BEGIN Material for this exercise

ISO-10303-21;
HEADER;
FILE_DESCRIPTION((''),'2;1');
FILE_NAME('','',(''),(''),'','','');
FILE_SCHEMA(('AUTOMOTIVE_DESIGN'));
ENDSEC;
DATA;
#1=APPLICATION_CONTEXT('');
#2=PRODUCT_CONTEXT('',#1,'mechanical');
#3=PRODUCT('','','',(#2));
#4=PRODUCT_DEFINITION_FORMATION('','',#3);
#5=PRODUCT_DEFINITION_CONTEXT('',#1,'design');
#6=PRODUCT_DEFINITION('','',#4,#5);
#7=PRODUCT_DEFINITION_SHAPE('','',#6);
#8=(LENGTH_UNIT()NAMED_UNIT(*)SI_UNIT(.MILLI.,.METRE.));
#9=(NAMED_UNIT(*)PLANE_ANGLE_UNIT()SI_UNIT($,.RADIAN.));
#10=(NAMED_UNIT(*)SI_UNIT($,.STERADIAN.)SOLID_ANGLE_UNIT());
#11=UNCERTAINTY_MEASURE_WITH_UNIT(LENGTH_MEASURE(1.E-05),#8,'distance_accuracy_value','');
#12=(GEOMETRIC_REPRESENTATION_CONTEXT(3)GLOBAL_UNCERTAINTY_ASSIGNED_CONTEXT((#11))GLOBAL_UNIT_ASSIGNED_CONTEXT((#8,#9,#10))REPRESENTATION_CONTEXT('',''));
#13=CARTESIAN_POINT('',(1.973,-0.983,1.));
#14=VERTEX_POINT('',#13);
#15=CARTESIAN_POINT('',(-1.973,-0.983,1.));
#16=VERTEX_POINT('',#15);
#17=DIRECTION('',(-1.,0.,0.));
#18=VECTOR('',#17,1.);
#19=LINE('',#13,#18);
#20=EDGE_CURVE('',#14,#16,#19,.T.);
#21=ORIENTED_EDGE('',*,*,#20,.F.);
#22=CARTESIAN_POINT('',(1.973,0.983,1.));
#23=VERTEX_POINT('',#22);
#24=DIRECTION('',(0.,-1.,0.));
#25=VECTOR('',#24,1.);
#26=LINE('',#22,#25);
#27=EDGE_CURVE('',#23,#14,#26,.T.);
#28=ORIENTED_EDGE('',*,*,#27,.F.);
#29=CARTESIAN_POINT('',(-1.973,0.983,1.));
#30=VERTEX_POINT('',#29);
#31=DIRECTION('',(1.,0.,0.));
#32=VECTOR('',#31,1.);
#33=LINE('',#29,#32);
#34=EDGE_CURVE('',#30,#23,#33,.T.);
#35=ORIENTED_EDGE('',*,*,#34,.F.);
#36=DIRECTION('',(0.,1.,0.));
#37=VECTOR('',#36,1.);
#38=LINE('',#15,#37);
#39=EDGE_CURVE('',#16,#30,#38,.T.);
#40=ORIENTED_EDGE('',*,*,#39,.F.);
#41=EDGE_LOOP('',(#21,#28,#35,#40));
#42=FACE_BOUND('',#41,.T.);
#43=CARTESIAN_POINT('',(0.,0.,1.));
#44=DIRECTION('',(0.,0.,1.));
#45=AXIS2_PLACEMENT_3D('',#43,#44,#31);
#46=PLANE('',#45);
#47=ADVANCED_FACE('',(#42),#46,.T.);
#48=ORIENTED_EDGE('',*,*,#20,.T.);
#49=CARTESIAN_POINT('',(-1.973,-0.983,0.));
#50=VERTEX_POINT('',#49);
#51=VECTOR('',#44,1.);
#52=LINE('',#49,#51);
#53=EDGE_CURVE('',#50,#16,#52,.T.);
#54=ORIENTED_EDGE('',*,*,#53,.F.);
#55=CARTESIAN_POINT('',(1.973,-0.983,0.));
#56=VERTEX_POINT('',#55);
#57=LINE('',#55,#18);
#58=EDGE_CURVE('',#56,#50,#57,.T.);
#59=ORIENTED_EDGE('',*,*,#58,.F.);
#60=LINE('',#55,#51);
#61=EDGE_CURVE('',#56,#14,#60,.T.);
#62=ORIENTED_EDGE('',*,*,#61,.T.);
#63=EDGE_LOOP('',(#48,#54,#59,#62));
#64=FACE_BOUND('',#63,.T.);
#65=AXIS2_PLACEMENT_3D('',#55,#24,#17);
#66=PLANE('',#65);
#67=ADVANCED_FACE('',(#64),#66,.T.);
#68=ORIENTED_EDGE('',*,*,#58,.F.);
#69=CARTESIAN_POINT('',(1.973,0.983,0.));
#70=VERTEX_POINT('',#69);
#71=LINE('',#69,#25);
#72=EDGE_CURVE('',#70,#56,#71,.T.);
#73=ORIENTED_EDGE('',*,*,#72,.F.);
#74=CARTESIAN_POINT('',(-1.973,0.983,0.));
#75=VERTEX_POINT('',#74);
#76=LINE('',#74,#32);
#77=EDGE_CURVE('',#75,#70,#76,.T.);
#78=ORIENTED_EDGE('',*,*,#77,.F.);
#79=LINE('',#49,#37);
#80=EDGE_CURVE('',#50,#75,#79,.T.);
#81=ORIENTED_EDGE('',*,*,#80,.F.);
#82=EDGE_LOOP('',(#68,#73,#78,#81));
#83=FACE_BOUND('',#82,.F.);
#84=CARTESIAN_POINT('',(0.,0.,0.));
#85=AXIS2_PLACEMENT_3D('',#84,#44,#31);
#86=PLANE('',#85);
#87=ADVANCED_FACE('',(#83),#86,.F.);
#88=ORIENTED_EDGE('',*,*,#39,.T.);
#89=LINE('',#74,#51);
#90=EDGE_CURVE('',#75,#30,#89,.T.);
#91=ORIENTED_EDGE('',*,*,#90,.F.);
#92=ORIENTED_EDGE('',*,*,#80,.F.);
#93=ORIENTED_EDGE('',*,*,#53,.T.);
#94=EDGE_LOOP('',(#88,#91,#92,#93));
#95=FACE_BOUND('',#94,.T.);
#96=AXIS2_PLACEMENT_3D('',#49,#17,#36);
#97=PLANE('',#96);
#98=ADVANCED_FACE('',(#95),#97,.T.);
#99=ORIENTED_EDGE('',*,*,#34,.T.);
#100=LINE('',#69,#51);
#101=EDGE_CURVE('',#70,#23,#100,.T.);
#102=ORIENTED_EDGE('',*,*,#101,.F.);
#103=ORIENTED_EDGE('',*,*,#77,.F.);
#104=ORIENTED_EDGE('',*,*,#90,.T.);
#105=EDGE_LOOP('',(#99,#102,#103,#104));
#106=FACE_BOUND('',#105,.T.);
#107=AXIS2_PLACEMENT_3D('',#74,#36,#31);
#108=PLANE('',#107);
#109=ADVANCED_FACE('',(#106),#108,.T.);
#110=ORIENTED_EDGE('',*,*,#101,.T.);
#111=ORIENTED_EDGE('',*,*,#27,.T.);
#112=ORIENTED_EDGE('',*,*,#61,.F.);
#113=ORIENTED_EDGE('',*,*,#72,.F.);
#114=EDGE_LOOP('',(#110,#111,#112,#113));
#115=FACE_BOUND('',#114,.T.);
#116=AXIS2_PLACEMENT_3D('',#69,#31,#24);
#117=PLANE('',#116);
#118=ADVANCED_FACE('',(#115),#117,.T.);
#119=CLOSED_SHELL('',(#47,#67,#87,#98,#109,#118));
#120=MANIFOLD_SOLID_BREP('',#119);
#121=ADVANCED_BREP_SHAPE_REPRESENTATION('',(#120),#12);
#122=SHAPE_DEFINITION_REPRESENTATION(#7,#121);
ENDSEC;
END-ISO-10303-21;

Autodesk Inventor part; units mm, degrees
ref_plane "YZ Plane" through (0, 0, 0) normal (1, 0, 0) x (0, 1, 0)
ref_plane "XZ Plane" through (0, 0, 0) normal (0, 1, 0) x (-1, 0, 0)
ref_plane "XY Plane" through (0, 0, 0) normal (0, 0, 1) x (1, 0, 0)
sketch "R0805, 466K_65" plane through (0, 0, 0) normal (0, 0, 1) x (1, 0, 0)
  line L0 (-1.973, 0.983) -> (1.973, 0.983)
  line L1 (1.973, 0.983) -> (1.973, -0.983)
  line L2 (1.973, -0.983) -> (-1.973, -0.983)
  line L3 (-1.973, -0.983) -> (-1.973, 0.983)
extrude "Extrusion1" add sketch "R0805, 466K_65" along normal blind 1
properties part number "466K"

END Material for this exercise
BEGIN Material for this exercise

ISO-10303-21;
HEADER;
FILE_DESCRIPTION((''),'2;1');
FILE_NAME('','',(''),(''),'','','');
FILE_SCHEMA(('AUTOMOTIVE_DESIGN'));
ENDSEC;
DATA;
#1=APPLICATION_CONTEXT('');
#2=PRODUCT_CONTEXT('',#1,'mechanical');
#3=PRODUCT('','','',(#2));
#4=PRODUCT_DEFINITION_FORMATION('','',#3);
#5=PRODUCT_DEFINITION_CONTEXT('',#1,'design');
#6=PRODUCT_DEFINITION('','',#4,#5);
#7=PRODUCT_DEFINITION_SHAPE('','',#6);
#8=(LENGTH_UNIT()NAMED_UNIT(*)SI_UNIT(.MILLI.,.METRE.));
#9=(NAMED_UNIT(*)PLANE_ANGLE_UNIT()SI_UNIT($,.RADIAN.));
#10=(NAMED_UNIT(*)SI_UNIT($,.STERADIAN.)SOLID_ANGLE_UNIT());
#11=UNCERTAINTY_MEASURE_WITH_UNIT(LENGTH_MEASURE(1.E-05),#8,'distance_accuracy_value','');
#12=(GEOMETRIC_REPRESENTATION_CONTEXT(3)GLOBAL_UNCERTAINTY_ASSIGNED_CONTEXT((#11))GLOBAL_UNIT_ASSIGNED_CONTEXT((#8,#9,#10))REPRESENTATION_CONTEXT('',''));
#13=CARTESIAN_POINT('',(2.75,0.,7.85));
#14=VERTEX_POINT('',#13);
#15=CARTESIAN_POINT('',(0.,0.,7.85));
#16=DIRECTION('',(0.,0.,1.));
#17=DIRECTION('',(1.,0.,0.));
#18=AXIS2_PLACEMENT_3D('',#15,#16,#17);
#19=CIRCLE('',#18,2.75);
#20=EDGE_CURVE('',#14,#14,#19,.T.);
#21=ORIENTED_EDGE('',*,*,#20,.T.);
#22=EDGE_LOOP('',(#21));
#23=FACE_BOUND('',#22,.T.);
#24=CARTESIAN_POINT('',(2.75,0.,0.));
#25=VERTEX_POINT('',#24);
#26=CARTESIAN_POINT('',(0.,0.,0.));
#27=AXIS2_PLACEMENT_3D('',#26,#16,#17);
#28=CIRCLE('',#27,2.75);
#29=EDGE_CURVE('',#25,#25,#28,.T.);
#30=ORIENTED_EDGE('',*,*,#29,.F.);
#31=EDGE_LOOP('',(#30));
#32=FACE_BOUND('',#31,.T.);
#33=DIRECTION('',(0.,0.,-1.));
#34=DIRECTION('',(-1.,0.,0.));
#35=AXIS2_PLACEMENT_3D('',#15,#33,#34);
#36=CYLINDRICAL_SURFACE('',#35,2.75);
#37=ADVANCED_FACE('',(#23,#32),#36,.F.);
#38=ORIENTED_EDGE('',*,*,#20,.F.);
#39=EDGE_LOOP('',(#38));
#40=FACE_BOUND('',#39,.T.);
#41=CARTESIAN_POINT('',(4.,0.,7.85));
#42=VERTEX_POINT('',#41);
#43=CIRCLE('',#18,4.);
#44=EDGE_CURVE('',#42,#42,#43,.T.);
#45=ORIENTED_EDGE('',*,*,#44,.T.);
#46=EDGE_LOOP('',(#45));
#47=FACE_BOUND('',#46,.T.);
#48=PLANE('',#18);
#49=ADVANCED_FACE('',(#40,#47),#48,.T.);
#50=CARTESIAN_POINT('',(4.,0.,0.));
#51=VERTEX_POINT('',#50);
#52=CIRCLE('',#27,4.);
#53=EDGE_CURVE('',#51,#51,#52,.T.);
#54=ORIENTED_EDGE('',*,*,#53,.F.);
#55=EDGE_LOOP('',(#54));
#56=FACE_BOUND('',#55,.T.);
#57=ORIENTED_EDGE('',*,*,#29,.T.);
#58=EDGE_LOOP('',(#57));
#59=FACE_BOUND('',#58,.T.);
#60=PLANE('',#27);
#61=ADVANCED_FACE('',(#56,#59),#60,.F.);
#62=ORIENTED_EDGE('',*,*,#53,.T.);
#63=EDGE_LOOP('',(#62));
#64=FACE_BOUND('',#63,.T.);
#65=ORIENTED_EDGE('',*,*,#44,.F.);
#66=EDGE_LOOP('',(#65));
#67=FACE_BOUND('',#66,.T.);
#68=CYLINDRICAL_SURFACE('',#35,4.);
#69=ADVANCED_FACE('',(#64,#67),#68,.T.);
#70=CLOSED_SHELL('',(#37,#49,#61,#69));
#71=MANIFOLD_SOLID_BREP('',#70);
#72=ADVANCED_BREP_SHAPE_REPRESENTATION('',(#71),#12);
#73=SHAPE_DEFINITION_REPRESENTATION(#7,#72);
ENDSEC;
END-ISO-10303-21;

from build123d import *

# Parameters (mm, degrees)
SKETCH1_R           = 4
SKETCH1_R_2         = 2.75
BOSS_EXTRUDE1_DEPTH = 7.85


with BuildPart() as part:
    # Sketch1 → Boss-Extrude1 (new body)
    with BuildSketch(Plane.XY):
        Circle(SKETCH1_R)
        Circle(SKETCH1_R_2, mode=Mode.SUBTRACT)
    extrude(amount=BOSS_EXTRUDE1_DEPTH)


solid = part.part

END Material for this exercise

Problem to work on: Output the lines of the records above exactly as they appear, from the line containing "#21=ORIENTED_EDGE('',*,*,#20,.T.);" through the line containing "#28=CIRCLE('',#27,2.75);".

Solution:
#21=ORIENTED_EDGE('',*,*,#20,.T.);
#22=EDGE_LOOP('',(#21));
#23=FACE_BOUND('',#22,.T.);
#24=CARTESIAN_POINT('',(2.75,0.,0.));
#25=VERTEX_POINT('',#24);
#26=CARTESIAN_POINT('',(0.,0.,0.));
#27=AXIS2_PLACEMENT_3D('',#26,#16,#17);
#28=CIRCLE('',#27,2.75);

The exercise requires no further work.